WL4102 Presentation: Standards

As part of WL4102, students were asked to prepare presentations with a focus on concepts, technologies or tools of their choice. For my presentation, I chose the topic ‘standards’. Following research into the topic, I began to write my script, timing myself as I did so to ensure that I would stick to the allotted five minutes on the day of the presentation. This made my script add up to approximately 850 words. The script is based on the following information, which I have arranged in the form of a blog post. I have also included the sources that informed my presentation and compiled a list that can be found at the bottom of this post. While speaking, I displayed an outline of my presentation on my blog to aid those in attendance in following the presentation. I have attached a screenshot below.

Standards in computing are sets of specifications, or guidelines, for developing a certain computer technology, be that hardware or software. 

The first electronic digital computer was completed over 70 years ago and for about 10 years after that, each new computer developed was a wholly unique design. This was very costly. In the late 1950s, computers called mainframes emerged. These were cheaper to produce and were produced in greater quantity. Each manufacturer developed its own standards to build a complete system, for example, control and programming methods. When computers gained commercial popularity in the latter part of the 20th century, they became smaller and were produced in much greater numbers. This is largely due to standards. A huge advantage of standards stems from the fact that they help in creating programs that work on different systems, or that are compatible with different systems. The increasing number of computers produced was possible largely due to manufacturers’ ability to draw on standards to manufacture a range of products relying on the same technologies. (Sources: History and Impact of Computer Standards [Anniversary Feature] – Computer: page 3, BBC Bitesize – GCSE Computer Science – Standards – Revision 1)

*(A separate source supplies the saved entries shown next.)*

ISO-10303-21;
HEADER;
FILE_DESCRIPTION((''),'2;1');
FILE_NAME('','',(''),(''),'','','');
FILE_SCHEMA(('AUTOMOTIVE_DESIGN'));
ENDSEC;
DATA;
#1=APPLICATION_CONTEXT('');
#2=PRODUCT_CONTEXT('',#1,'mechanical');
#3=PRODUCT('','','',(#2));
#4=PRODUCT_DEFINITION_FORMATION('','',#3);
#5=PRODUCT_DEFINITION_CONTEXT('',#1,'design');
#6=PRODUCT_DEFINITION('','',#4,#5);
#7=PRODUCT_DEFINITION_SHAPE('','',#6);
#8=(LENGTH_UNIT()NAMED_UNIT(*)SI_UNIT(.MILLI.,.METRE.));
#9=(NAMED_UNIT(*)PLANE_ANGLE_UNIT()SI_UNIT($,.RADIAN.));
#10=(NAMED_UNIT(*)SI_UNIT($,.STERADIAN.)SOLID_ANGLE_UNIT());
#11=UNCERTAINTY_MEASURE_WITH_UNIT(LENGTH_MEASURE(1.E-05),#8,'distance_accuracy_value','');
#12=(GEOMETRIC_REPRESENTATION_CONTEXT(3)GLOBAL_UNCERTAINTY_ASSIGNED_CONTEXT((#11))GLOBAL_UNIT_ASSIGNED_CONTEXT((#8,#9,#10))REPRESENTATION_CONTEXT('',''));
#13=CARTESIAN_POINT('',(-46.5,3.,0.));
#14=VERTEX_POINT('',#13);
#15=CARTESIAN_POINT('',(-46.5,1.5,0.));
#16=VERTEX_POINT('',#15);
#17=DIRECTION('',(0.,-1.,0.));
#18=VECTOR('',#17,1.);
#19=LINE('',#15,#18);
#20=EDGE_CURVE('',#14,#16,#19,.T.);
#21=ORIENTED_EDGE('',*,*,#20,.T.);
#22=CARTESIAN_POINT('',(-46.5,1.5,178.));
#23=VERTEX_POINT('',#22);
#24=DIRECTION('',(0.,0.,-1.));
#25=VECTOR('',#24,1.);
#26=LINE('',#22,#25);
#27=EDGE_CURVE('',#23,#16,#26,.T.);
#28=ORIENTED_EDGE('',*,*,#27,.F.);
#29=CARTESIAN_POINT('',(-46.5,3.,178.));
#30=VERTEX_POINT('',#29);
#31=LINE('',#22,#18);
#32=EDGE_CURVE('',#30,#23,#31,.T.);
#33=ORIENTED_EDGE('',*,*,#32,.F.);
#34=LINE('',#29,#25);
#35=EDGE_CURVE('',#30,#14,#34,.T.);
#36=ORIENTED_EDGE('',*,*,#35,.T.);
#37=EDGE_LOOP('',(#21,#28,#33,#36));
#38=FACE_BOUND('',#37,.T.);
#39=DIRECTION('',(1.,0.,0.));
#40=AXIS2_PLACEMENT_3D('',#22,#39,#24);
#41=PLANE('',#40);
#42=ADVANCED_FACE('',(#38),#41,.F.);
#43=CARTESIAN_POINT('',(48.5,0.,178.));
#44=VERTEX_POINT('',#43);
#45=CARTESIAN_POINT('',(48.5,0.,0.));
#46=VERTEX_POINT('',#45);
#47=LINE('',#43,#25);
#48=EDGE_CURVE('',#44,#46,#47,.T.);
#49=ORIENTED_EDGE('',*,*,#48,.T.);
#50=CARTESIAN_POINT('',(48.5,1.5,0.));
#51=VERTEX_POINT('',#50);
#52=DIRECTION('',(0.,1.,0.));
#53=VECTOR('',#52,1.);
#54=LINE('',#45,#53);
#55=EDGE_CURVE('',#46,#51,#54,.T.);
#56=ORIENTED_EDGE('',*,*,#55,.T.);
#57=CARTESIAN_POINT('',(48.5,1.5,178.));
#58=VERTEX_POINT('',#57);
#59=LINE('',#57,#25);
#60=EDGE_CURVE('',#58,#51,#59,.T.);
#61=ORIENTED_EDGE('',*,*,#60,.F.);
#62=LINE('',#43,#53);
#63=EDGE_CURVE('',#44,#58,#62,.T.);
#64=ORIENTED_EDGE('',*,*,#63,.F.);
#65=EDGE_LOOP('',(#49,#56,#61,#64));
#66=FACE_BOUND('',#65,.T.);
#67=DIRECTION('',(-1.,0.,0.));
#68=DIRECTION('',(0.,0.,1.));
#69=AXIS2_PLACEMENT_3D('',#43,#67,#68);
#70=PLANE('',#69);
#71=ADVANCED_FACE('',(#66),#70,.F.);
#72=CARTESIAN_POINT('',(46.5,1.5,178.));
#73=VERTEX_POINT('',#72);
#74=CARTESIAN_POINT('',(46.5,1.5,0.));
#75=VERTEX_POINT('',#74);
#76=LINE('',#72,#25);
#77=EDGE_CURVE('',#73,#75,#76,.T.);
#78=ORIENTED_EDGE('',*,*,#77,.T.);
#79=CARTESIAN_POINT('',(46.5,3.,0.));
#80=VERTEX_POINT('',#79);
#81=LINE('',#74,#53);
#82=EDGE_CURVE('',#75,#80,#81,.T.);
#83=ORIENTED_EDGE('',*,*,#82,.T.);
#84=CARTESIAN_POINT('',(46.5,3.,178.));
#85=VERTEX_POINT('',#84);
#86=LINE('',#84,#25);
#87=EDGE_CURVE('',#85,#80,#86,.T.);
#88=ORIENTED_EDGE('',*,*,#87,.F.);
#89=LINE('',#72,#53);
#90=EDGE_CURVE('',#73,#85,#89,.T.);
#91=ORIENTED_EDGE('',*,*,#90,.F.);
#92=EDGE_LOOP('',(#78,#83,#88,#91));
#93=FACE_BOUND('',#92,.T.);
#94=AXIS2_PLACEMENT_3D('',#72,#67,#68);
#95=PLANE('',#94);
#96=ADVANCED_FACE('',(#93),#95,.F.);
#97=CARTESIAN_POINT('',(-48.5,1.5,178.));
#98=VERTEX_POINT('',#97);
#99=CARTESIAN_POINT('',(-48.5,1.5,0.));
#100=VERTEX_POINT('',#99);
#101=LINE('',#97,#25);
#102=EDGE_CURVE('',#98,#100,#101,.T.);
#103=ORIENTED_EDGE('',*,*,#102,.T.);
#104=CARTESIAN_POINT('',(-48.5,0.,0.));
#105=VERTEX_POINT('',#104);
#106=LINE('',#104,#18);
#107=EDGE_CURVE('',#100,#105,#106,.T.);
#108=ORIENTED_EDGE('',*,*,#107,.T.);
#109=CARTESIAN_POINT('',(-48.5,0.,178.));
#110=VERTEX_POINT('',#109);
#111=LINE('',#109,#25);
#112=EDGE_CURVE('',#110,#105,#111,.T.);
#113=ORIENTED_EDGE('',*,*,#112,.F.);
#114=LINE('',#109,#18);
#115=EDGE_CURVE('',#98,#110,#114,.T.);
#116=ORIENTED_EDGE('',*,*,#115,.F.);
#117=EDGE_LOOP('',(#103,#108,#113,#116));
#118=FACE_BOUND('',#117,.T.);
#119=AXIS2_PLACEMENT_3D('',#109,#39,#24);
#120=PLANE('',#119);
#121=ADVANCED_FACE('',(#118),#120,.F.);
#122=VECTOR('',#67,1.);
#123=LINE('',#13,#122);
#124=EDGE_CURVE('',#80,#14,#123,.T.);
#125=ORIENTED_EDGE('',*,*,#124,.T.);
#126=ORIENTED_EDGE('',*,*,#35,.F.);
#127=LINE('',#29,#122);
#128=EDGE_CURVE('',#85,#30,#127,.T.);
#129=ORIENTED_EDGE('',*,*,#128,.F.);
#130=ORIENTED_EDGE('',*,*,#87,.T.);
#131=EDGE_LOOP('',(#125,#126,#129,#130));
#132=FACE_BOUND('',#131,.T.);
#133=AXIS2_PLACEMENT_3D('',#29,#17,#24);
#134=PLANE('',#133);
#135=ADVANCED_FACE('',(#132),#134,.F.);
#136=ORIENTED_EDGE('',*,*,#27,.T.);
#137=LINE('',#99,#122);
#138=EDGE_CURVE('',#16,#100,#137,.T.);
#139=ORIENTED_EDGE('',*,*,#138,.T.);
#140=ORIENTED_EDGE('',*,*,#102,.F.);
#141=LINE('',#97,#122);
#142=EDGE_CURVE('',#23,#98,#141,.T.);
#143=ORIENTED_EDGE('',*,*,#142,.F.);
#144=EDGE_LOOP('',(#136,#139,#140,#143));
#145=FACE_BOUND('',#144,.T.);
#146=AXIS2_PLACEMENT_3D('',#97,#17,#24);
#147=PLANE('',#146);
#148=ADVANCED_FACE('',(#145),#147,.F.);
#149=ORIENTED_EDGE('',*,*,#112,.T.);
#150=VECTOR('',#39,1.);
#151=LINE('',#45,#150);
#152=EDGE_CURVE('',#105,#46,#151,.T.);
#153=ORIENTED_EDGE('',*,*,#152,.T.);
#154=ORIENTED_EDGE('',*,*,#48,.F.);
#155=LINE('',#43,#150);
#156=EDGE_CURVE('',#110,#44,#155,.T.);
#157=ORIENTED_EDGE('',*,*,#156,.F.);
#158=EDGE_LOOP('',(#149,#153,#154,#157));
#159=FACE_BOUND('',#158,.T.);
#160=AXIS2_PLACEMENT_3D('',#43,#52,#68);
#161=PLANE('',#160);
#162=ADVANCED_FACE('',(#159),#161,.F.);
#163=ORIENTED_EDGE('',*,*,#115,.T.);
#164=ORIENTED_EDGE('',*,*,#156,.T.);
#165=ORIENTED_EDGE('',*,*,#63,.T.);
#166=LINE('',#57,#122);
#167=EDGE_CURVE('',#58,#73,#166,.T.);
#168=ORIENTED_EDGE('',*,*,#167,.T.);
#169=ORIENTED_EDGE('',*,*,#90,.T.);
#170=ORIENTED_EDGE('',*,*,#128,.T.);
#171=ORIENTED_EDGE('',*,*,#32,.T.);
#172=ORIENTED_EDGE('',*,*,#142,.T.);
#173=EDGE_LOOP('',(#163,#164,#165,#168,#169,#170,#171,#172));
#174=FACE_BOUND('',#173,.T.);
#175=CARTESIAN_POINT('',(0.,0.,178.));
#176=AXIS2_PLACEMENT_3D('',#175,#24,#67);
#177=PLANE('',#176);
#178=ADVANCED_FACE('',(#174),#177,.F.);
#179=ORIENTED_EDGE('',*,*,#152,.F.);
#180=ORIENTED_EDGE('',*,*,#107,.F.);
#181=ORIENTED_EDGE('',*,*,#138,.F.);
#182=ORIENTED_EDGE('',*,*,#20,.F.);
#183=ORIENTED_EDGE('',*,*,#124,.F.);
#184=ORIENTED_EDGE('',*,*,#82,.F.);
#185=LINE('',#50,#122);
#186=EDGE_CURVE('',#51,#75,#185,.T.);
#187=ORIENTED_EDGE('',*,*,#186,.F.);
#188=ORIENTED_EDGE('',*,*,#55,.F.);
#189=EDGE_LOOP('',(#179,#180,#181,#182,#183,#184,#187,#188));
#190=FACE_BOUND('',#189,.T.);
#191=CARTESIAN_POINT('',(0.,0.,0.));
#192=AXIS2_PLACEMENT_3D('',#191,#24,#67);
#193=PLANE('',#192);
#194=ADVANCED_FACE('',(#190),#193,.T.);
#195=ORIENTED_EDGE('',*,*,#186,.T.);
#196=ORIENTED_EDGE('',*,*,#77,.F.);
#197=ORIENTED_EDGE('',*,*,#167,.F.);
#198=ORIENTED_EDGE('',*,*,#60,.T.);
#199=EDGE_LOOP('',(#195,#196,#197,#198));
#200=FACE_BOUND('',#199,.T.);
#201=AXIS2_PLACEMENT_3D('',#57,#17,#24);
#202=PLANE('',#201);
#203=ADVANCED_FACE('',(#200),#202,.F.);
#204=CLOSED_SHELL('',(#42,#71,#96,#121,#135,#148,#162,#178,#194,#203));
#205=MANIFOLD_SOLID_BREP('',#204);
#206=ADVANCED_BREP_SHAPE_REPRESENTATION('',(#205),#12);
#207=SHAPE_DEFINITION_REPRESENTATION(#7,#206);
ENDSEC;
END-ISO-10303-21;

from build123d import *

# Parameters (mm, degrees)
EXTRUDE_1_DEPTH = 178


with BuildPart() as part:
    # 草图1 → 凸台-拉伸1 (new body)
    with BuildSketch(Plane.XY):
        Polygon((48.5, 0), (-48.5, 0), (-48.5, 1.5), (-46.5, 1.5), (-46.5, 3), (46.5, 3), (46.5, 1.5), (48.5, 1.5), align=None)
    extrude(amount=EXTRUDE_1_DEPTH)


solid = part.part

Some characteristics of standards, as detailed by Marvin Waschke, are that standards are established by custom, by general consent or by an authority. They are widely followed and are usually documented with great precision. The scope and applicability, or what the standard actually provides for, are usually widely understood. Examples include Unicode, the QWERTY keyboard layout and the file format MP3. Some of the major standards organisations include the International Organization for Standardization (ISO), which maintains standards of every kind, and the World Wide Web Consortium, which focuses on standards for web-based technologies. (Sources: Cloud Standards: Agreements That Hold Together Clouds – Marvin Waschke – Google Books: pages 26 and 27BBC Bitesize – GCSE Computer Science – Standards – Revision 1)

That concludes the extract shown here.